Let’s now train a neural network on the toy dataset. The following listing shows the training code.

In [14]:
# Neural Network training in PyTorch
import torch.nn.functional as F

torch.manual_seed(123)

model = NeuralNetwork(num_inputs=2, num_outputs=2) # The dataset has two features and two classes.
optimiser = torch.optim.SGD(
    model.parameters(), lr=0.5  # The optimiser needs to know which parameters to optimise.
)

num_epochs = 3 #  There will be 3 complete passing through the entire training dataset.
for epoch in range(num_epochs):
    model.train()  # It's time to learn
    for batch_idx, (features, labels) in enumerate(train_loader):
        logits = model(features) # The model makes its predictions based on the input features. These raw predictions (logits) haven't been converted to probabilities yet.

        loss = F.cross_entropy(logits, labels)

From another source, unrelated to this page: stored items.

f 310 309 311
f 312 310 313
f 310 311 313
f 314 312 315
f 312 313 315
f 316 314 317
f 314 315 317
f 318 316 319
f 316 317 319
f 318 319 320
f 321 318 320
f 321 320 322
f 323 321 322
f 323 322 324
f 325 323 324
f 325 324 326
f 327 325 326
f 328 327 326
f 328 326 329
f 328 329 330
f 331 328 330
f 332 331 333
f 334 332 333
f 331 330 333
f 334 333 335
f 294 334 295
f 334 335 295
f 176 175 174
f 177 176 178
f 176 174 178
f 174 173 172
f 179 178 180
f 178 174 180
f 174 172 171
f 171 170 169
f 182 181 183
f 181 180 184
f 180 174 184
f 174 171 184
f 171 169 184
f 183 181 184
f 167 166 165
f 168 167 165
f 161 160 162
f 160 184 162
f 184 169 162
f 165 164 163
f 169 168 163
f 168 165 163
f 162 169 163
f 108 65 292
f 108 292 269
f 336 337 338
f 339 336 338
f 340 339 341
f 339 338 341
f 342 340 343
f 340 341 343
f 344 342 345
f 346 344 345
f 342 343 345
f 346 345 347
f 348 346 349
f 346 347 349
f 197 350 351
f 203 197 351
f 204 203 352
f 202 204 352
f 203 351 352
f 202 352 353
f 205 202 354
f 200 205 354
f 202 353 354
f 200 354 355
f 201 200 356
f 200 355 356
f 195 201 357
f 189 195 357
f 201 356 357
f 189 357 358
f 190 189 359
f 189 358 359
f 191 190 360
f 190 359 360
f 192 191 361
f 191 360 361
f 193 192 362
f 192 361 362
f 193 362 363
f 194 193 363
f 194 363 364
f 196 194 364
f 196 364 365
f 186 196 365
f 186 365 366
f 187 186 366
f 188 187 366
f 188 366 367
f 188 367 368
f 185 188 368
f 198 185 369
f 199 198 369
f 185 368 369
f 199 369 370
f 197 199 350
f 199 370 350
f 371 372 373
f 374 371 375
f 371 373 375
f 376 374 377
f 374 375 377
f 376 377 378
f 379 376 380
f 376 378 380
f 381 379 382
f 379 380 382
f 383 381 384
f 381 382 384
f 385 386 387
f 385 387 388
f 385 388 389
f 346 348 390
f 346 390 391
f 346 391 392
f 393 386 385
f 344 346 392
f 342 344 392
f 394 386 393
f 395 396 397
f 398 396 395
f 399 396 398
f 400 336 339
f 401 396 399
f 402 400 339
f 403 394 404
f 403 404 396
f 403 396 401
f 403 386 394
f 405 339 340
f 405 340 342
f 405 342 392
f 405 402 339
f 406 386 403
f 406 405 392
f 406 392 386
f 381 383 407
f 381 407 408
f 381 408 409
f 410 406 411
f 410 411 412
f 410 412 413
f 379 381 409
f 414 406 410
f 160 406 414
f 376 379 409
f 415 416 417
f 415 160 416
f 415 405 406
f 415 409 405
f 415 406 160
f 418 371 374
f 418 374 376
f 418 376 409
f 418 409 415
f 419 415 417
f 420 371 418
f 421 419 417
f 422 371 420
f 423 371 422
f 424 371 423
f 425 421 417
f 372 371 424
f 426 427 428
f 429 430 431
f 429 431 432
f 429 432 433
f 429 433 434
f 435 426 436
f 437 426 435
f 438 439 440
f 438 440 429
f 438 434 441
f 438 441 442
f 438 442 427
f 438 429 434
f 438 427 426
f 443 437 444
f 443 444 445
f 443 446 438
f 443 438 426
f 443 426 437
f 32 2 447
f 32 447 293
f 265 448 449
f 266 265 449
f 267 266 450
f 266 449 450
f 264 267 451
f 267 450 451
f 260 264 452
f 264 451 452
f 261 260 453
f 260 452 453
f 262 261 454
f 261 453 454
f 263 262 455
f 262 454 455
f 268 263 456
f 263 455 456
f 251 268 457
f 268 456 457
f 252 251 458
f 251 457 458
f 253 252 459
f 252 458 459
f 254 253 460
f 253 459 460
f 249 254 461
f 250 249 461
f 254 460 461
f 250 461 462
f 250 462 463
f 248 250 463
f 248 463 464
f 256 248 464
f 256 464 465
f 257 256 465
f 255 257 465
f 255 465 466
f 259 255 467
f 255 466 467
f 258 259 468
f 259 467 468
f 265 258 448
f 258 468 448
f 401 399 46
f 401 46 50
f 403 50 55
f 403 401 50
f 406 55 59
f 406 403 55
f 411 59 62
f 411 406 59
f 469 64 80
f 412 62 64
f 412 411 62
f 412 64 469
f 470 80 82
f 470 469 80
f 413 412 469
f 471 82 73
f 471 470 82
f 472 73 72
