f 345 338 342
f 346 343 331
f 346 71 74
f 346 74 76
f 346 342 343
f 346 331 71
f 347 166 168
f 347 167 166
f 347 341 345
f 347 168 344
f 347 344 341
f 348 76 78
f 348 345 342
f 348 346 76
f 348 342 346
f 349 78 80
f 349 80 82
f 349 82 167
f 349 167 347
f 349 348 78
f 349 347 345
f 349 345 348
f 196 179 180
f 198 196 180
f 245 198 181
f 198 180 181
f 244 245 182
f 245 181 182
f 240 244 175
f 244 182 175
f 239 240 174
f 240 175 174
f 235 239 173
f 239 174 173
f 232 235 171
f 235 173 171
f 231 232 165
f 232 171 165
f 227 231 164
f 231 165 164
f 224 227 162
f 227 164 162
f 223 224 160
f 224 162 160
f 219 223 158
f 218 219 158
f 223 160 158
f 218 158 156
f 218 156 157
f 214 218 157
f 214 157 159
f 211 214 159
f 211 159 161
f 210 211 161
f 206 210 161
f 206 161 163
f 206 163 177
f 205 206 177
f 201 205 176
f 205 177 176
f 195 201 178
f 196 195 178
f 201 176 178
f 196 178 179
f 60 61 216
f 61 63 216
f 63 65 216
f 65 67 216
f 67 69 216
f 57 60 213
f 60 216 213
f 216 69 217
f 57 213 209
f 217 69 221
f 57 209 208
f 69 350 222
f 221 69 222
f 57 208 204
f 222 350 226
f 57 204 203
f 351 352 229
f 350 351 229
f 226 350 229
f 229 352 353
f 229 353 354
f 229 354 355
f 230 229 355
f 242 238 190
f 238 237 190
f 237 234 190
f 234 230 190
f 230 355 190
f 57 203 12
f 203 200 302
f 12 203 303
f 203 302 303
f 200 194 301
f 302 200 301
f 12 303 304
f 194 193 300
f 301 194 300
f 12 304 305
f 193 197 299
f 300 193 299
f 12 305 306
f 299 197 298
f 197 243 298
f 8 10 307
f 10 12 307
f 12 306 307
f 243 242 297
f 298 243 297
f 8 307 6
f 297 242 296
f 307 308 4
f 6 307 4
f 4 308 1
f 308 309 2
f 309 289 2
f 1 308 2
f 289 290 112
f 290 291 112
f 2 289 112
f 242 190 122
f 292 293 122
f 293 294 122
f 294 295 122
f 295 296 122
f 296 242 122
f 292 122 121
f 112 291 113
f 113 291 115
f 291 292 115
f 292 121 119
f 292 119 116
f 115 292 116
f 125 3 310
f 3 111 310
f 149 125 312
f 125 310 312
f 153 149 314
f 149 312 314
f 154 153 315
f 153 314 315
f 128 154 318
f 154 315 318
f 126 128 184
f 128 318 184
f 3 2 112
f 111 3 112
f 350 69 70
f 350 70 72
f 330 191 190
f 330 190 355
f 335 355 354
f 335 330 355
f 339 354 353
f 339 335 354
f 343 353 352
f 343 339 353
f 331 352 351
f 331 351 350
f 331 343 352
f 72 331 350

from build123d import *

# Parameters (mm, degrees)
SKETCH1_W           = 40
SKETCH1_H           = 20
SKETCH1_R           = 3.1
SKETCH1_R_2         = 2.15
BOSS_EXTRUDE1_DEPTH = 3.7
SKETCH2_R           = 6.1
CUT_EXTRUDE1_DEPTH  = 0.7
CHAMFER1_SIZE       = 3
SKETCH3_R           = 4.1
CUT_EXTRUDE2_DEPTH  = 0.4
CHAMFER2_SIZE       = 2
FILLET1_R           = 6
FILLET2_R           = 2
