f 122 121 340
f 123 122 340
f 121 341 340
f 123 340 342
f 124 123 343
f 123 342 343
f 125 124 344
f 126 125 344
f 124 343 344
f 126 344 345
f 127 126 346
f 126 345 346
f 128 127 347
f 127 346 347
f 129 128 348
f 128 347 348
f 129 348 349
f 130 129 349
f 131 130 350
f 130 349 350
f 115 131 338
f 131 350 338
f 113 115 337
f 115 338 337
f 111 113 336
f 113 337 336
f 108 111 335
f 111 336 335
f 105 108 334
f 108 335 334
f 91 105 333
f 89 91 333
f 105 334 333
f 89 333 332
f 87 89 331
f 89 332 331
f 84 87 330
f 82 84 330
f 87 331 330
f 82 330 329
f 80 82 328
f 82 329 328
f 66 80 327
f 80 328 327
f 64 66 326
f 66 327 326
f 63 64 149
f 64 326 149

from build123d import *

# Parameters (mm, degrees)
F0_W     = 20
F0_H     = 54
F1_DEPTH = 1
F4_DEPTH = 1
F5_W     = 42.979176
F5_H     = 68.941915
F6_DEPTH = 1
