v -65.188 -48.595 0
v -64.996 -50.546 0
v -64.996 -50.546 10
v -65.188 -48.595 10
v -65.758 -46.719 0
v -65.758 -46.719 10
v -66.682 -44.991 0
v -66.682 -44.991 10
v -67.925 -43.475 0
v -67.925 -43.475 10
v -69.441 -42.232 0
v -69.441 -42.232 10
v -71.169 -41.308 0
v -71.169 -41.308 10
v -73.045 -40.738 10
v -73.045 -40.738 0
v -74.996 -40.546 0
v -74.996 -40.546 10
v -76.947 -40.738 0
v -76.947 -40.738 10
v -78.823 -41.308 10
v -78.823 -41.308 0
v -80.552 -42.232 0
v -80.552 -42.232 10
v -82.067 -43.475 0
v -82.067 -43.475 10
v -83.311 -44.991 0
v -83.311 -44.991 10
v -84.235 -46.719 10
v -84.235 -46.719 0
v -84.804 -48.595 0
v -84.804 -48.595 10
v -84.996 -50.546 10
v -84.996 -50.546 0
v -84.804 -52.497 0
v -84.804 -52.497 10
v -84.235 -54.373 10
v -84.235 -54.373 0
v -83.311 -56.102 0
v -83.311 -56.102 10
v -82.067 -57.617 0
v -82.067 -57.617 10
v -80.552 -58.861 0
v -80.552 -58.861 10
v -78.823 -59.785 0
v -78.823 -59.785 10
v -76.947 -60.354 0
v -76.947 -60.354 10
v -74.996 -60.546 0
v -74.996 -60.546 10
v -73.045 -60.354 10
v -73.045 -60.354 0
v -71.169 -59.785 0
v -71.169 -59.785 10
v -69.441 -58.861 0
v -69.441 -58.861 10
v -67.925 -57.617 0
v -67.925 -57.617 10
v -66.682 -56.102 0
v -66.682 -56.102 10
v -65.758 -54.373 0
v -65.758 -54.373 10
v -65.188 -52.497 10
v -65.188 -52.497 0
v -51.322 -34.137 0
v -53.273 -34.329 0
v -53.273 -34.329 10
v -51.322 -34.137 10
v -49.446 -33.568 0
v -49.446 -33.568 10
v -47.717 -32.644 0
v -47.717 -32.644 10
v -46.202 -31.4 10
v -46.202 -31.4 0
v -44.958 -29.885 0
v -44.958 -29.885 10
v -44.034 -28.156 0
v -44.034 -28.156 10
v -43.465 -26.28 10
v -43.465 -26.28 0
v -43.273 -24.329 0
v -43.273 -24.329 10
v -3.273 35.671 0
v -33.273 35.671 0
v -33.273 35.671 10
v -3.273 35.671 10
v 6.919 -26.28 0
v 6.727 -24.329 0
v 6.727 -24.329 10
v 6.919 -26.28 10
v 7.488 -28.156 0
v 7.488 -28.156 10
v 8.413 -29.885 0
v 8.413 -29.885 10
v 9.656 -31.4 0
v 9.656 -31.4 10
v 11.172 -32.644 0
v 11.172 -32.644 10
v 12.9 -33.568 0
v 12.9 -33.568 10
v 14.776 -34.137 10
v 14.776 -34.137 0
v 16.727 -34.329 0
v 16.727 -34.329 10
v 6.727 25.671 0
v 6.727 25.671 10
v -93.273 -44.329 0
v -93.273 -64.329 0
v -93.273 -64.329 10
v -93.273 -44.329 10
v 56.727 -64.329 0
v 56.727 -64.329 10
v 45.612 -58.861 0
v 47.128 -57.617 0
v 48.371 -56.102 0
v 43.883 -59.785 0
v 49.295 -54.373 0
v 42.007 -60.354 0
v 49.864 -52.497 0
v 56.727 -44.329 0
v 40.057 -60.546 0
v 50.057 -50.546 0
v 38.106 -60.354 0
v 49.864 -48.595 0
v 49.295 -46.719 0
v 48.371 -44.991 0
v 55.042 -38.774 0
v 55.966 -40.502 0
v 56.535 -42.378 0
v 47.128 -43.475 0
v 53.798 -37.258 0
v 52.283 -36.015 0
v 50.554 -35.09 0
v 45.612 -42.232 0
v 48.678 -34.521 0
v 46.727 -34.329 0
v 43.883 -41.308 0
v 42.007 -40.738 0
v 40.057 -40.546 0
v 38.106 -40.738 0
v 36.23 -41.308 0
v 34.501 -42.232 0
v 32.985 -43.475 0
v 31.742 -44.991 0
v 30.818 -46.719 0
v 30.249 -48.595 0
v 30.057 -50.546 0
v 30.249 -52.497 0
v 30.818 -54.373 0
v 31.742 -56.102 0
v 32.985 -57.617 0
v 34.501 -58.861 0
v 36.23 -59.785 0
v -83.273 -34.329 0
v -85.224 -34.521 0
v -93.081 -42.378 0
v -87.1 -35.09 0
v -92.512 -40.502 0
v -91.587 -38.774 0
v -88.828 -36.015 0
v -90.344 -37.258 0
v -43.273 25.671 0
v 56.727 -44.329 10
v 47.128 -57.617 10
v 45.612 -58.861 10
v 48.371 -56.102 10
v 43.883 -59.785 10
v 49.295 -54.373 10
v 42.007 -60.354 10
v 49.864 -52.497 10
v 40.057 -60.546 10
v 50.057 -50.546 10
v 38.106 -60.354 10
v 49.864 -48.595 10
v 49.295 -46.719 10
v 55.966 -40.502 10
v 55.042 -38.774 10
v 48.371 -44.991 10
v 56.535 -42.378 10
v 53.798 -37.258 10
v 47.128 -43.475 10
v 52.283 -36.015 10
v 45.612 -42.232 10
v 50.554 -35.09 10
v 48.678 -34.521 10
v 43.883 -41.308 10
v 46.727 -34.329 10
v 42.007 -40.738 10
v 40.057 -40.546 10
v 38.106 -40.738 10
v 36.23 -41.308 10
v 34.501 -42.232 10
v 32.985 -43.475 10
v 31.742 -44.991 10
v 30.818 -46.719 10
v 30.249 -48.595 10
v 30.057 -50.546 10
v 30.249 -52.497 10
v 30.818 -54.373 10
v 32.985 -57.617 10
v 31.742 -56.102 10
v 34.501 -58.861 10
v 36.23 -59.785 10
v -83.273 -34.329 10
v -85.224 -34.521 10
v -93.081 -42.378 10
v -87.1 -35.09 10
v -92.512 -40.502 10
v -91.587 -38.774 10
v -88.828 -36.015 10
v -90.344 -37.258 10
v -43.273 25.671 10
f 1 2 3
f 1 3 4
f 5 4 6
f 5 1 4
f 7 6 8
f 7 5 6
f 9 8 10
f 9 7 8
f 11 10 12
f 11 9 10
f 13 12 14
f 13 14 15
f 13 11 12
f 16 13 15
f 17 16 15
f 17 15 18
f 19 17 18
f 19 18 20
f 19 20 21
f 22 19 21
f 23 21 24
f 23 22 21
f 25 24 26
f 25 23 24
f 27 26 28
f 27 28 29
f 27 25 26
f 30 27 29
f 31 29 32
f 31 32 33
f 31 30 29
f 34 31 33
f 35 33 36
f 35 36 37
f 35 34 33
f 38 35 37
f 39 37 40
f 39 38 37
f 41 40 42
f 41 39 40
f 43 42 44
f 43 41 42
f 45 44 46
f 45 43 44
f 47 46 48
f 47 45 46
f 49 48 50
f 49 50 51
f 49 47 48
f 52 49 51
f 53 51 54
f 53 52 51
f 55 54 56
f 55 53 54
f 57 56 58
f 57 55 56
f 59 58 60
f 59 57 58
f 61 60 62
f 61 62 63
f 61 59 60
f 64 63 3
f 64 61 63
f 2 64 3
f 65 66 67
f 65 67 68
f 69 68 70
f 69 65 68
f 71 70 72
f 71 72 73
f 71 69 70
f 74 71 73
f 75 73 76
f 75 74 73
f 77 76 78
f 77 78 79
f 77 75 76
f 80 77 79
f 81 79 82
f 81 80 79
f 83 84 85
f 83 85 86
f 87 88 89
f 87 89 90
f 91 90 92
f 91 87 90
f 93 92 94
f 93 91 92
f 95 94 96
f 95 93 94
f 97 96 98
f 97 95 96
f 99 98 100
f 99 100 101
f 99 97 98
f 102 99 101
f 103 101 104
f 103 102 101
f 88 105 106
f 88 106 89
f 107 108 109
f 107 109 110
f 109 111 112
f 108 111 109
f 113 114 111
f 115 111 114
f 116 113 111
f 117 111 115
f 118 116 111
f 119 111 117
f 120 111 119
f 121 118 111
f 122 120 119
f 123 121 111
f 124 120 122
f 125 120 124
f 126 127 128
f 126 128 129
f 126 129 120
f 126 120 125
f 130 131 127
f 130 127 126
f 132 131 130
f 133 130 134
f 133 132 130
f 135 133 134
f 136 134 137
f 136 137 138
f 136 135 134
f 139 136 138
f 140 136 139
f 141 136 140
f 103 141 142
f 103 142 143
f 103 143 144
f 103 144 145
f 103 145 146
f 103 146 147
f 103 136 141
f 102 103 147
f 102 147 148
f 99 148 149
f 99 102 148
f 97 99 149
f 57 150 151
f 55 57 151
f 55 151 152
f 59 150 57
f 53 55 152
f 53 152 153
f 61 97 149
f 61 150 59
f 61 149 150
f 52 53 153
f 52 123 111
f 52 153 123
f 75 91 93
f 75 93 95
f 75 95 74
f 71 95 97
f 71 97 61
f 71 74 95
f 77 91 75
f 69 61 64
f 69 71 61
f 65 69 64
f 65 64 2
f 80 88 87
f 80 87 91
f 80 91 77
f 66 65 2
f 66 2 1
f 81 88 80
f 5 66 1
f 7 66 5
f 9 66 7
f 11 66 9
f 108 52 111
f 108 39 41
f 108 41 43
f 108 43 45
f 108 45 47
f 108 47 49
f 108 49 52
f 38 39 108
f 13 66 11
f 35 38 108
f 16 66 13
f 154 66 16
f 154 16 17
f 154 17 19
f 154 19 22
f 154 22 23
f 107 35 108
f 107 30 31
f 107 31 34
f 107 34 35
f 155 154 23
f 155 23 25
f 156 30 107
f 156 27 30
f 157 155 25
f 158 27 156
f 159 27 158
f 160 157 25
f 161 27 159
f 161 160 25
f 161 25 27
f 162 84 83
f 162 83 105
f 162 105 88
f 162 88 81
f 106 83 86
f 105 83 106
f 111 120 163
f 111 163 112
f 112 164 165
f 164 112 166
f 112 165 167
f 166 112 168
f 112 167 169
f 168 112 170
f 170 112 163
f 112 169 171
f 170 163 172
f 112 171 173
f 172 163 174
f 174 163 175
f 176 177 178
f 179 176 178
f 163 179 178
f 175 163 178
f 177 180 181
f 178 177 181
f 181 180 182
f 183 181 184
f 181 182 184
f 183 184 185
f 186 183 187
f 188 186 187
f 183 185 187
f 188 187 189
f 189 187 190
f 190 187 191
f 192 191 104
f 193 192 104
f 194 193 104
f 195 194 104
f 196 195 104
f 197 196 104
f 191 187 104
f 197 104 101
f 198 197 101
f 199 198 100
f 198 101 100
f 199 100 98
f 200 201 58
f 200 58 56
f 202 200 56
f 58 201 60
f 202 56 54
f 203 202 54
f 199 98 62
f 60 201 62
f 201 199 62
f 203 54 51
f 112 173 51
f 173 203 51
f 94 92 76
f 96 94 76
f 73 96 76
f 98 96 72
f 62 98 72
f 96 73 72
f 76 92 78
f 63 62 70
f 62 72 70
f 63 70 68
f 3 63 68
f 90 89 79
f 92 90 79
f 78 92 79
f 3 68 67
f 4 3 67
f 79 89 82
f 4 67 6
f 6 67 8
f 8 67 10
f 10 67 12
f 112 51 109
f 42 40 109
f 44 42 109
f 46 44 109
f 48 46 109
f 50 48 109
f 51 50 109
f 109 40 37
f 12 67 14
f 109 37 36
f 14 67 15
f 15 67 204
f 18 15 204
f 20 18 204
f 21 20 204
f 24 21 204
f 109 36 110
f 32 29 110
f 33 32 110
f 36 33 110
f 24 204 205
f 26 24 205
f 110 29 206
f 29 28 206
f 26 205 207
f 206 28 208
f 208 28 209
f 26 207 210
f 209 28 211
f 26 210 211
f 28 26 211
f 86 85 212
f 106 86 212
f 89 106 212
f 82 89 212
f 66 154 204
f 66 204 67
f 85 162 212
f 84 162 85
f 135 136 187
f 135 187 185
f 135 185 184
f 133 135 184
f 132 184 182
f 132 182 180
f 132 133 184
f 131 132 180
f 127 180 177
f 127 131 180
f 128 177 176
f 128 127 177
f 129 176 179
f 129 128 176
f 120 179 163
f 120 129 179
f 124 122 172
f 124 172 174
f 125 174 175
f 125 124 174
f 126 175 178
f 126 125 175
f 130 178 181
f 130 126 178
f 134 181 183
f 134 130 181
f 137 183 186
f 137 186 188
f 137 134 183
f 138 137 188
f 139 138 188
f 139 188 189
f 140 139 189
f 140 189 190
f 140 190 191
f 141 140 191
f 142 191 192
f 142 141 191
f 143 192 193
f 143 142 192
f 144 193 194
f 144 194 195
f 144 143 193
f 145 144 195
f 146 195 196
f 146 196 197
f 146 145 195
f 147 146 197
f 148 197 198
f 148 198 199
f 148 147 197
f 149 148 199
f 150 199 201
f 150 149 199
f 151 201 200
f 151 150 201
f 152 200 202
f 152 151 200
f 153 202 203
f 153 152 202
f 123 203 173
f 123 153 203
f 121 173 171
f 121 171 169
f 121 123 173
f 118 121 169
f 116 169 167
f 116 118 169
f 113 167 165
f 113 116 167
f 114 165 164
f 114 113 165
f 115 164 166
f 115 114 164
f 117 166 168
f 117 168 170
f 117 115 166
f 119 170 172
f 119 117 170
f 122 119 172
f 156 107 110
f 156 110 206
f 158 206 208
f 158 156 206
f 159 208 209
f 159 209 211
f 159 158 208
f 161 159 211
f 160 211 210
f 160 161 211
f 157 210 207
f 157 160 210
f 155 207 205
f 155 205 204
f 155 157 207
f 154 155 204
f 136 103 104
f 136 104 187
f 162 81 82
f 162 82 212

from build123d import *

# Parameters (mm, degrees)
SKETCH1_R           = 10
BOSS_EXTRUDE1_DEPTH = 10


with BuildPart() as part:
    # Sketch1 → Boss-Extrude1 (new body)
    with BuildSketch(Plane.XY):
        with BuildLine():
            Line((-33.27272534, 35.670760078), (-3.27272534, 35.670760078))
            Line((-3.27272534, 35.670760078), (6.72727466, 25.670760078))
            Line((6.72727466, 25.670760078), (6.72727466, -24.329239922))
            ThreePointArc((6.72727466, -24.329239922), (9.656206848, -31.400307734), (16.72727466, -34.329239922))
            Line((16.72727466, -34.329239922), (46.72727466, -34.329239922))
            ThreePointArc((46.72727466, -34.329239922), (53.798342472, -37.258172111), (56.72727466, -44.329239922))
            Line((56.72727466, -44.329239922), (56.72727466, -64.329239922))
            Line((56.72727466, -64.329239922), (-93.27272534, -64.329239922))
            Line((-93.27272534, -64.329239922), (-93.27272534, -44.329239922))
            ThreePointArc((-93.27272534, -44.329239922), (-90.343793152, -37.258172111), (-83.27272534, -34.329239922))
            Line((-83.27272534, -34.329239922), (-53.27272534, -34.329239922))
            ThreePointArc((-53.27272534, -34.329239922), (-46.201657528, -31.400307734), (-43.27272534, -24.329239922))
            Line((-43.27272534, -24.329239922), (-43.27272534, 25.670760078))
            Line((-43.27272534, 25.670760078), (-33.27272534, 35.670760078))
        make_face()
        with Locations((-74.996311147, -50.546321168)):
            Circle(SKETCH1_R, mode=Mode.SUBTRACT)
        with Locations((40.056509267, -50.546321168)):
            Circle(SKETCH1_R, mode=Mode.SUBTRACT)
    extrude(amount=BOSS_EXTRUDE1_DEPTH)


solid = part.part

        optimiser.zero_grad() # Sets the gradients from the previous round to 0 to prevent unintended gradient accumulation
        loss.backward()    # Computes the gradients of the loss given the model parameters. This calculates how much each parameter in the model contributed to the error. Will calculate the gradients in the computation graph that PyTorch constructed in the background.
        optimiser.step()   # The optimiser uses the gradients to update the model parameters making them slightly better for next time to minimise the loss. In the case of the SGD optimiser, this means multiplying the gradients with the learning rate and adding the scaled negative gradient to the parameters.

        # Logging
        print(f"Epoch: {epoch+1:03d}/{num_epochs:03d}"
              f"| Batch {batch_idx+1:03d}/{len(train_loader):03d}"
              f"| Train Loss: {loss:.2f}")

    # model.eval()

Epoch: 001/003| Batch 001/003| Train Loss: 0.75
Epoch: 001/003| Batch 002/003| Train Loss: 0.65
Epoch: 001/003| Batch 003/003| Train Loss: 0.42
Epoch: 002/003| Batch 001/003| Train Loss: 0.05
Epoch: 002/003| Batch 002/003| Train Loss: 0.13
Epoch: 002/003| Batch 003/003| Train Loss: 0.00
Epoch: 003/003| Batch 001/003| Train Loss: 0.01
Epoch: 003/003| Batch 002/003| Train Loss: 0.00
Epoch: 003/003| Batch 003/003| Train Loss: 0.02


As we can see, the loss reaches 0 after three epochs, a sign that the model converged on the training set. Here, we initialise a model with two inputs and two outputs because our toy dataset has two input features and two class labels to predict. We used a `stochastic gradient descent (SGD)` optimiser with a `learning rate (lr)` of 0.5. The learning rate is a `hyperparameter`, meaning it’s a tunable setting that we must experiment with based on observing the loss. Ideally, we want to choose a learning rate such that the loss converges after a certain number of epochs—the number of epochs is another hyperparameter to choose.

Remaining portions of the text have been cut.